__Material supplied__
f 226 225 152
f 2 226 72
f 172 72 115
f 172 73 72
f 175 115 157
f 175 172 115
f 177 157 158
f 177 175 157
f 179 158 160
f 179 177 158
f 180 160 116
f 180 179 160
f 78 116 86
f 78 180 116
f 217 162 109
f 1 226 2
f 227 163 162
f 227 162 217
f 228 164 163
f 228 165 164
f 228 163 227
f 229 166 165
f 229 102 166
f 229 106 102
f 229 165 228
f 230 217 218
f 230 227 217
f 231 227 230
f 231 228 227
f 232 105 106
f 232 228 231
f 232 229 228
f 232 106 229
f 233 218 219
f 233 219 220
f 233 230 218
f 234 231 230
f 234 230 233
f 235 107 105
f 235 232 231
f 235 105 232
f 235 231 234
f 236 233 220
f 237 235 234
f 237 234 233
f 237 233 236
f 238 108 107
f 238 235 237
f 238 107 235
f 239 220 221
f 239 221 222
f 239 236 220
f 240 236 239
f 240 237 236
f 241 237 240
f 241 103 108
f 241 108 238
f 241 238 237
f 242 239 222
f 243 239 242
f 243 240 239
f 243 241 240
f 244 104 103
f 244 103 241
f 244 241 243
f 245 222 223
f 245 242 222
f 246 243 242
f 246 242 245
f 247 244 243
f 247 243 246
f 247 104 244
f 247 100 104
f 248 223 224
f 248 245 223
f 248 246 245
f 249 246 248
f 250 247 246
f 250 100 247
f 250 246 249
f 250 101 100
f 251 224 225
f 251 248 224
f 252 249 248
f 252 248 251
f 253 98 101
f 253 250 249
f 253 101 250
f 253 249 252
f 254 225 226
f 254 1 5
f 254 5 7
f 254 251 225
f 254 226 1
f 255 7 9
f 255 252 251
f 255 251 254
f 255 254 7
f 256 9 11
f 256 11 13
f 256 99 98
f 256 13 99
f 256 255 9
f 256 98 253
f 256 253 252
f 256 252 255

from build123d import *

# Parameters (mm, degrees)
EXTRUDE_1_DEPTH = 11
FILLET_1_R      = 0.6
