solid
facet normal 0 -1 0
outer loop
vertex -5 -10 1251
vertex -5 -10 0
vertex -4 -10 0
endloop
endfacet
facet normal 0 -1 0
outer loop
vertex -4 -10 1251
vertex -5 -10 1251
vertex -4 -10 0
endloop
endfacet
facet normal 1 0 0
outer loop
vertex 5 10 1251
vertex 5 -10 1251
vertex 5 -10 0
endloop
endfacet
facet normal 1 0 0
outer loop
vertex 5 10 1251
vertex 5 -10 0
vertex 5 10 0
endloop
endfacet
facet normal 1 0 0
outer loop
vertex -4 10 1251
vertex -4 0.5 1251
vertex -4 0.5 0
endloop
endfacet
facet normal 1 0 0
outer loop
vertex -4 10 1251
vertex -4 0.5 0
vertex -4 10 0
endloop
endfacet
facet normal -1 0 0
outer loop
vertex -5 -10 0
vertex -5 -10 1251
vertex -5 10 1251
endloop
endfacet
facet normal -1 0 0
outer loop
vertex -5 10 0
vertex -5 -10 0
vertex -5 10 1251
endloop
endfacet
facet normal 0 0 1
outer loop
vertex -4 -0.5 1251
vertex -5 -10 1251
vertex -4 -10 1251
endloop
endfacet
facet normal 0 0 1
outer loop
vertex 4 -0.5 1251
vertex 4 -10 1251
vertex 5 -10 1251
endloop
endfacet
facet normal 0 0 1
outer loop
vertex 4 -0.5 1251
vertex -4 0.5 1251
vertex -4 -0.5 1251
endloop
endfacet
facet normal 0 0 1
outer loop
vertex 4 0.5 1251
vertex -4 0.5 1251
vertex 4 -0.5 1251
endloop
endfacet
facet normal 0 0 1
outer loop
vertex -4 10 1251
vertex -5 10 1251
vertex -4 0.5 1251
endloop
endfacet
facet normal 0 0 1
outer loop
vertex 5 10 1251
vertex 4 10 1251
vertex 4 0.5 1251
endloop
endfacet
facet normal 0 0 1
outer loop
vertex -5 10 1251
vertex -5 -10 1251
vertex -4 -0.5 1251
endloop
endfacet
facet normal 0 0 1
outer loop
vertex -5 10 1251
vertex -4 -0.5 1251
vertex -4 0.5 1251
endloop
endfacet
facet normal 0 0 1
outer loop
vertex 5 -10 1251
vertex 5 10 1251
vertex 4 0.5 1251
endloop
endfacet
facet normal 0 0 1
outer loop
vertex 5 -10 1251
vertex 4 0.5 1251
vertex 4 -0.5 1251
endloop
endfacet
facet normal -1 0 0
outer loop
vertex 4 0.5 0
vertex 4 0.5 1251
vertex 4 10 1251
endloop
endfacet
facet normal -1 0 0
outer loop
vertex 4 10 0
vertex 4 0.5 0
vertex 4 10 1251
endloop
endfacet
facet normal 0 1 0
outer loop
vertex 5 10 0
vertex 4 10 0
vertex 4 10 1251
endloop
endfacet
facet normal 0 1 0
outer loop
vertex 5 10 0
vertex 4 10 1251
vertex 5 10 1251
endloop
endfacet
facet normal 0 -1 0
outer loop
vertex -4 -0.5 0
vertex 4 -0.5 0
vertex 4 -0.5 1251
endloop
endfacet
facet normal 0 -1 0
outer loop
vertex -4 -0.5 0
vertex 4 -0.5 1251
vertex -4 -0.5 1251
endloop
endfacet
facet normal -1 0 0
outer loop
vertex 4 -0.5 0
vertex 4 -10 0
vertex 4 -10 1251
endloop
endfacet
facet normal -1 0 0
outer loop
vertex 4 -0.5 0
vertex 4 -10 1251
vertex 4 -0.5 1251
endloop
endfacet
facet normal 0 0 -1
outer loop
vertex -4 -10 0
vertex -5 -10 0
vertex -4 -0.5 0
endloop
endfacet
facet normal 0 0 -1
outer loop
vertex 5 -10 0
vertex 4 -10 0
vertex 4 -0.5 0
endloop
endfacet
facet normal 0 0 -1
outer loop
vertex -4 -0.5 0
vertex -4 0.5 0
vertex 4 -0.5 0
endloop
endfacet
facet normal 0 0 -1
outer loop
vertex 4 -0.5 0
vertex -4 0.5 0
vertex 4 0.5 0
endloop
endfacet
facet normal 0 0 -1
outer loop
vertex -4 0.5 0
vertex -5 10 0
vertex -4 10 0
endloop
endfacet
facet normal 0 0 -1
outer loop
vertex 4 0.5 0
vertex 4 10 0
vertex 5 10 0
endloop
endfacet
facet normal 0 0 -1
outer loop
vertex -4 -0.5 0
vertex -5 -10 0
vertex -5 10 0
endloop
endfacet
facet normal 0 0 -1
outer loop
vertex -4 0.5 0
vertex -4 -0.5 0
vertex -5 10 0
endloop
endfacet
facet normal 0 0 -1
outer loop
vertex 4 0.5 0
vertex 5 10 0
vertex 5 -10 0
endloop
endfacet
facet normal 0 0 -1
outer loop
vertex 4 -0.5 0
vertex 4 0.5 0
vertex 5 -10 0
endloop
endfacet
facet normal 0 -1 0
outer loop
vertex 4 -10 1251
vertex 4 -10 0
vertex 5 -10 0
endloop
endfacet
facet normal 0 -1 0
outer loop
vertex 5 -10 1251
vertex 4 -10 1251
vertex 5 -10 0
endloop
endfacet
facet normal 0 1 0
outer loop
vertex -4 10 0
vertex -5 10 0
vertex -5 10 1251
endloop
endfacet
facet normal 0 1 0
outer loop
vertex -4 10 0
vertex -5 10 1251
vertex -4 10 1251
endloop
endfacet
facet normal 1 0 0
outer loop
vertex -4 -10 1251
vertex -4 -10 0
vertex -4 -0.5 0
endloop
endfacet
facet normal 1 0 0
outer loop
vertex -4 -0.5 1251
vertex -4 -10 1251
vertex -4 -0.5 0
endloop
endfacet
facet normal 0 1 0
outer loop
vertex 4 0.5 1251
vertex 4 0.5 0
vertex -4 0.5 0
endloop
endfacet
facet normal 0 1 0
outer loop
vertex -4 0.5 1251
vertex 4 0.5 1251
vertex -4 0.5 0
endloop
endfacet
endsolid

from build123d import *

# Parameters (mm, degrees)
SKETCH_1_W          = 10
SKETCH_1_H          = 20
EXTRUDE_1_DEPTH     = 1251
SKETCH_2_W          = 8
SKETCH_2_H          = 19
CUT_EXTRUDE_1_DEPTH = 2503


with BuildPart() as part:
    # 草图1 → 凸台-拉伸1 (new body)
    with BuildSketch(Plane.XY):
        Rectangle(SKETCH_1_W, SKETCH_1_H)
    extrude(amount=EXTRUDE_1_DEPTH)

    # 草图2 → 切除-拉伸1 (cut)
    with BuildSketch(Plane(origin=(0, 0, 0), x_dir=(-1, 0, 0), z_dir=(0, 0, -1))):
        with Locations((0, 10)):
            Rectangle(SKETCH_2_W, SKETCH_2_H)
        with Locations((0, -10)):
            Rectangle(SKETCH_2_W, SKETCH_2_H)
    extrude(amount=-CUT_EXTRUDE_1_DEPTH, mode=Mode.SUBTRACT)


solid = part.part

__Activity__
Send back exactly the lines of the listing above starting at the one with "f 172 72 115" and ending at the one with "EXTRUDE_1_DEPTH = 11", inclusive, and no others.

__Task result__
f 172 72 115
f 172 73 72
f 175 115 157
f 175 172 115
f 177 157 158
f 177 175 157
f 179 158 160
f 179 177 158
f 180 160 116
f 180 179 160
f 78 116 86
f 78 180 116
f 217 162 109
f 1 226 2
f 227 163 162
f 227 162 217
f 228 164 163
f 228 165 164
f 228 163 227
f 229 166 165
f 229 102 166
f 229 106 102
f 229 165 228
f 230 217 218
f 230 227 217
f 231 227 230
f 231 228 227
f 232 105 106
f 232 228 231
f 232 229 228
f 232 106 229
f 233 218 219
f 233 219 220
f 233 230 218
f 234 231 230
f 234 230 233
f 235 107 105
f 235 232 231
f 235 105 232
f 235 231 234
f 236 233 220
f 237 235 234
f 237 234 233
f 237 233 236
f 238 108 107
f 238 235 237
f 238 107 235
f 239 220 221
f 239 221 222
f 239 236 220
f 240 236 239
f 240 237 236
f 241 237 240
f 241 103 108
f 241 108 238
f 241 238 237
f 242 239 222
f 243 239 242
f 243 240 239
f 243 241 240
f 244 104 103
f 244 103 241
f 244 241 243
f 245 222 223
f 245 242 222
f 246 243 242
f 246 242 245
f 247 244 243
f 247 243 246
f 247 104 244
f 247 100 104
f 248 223 224
f 248 245 223
f 248 246 245
f 249 246 248
f 250 247 246
f 250 100 247
f 250 246 249
f 250 101 100
f 251 224 225
f 251 248 224
f 252 249 248
f 252 248 251
f 253 98 101
f 253 250 249
f 253 101 250
f 253 249 252
f 254 225 226
f 254 1 5
f 254 5 7
f 254 251 225
f 254 226 1
f 255 7 9
f 255 252 251
f 255 251 254
f 255 254 7
f 256 9 11
f 256 11 13
f 256 99 98
f 256 13 99
f 256 255 9
f 256 98 253
f 256 253 252
f 256 252 255

from build123d import *

# Parameters (mm, degrees)
EXTRUDE_1_DEPTH = 11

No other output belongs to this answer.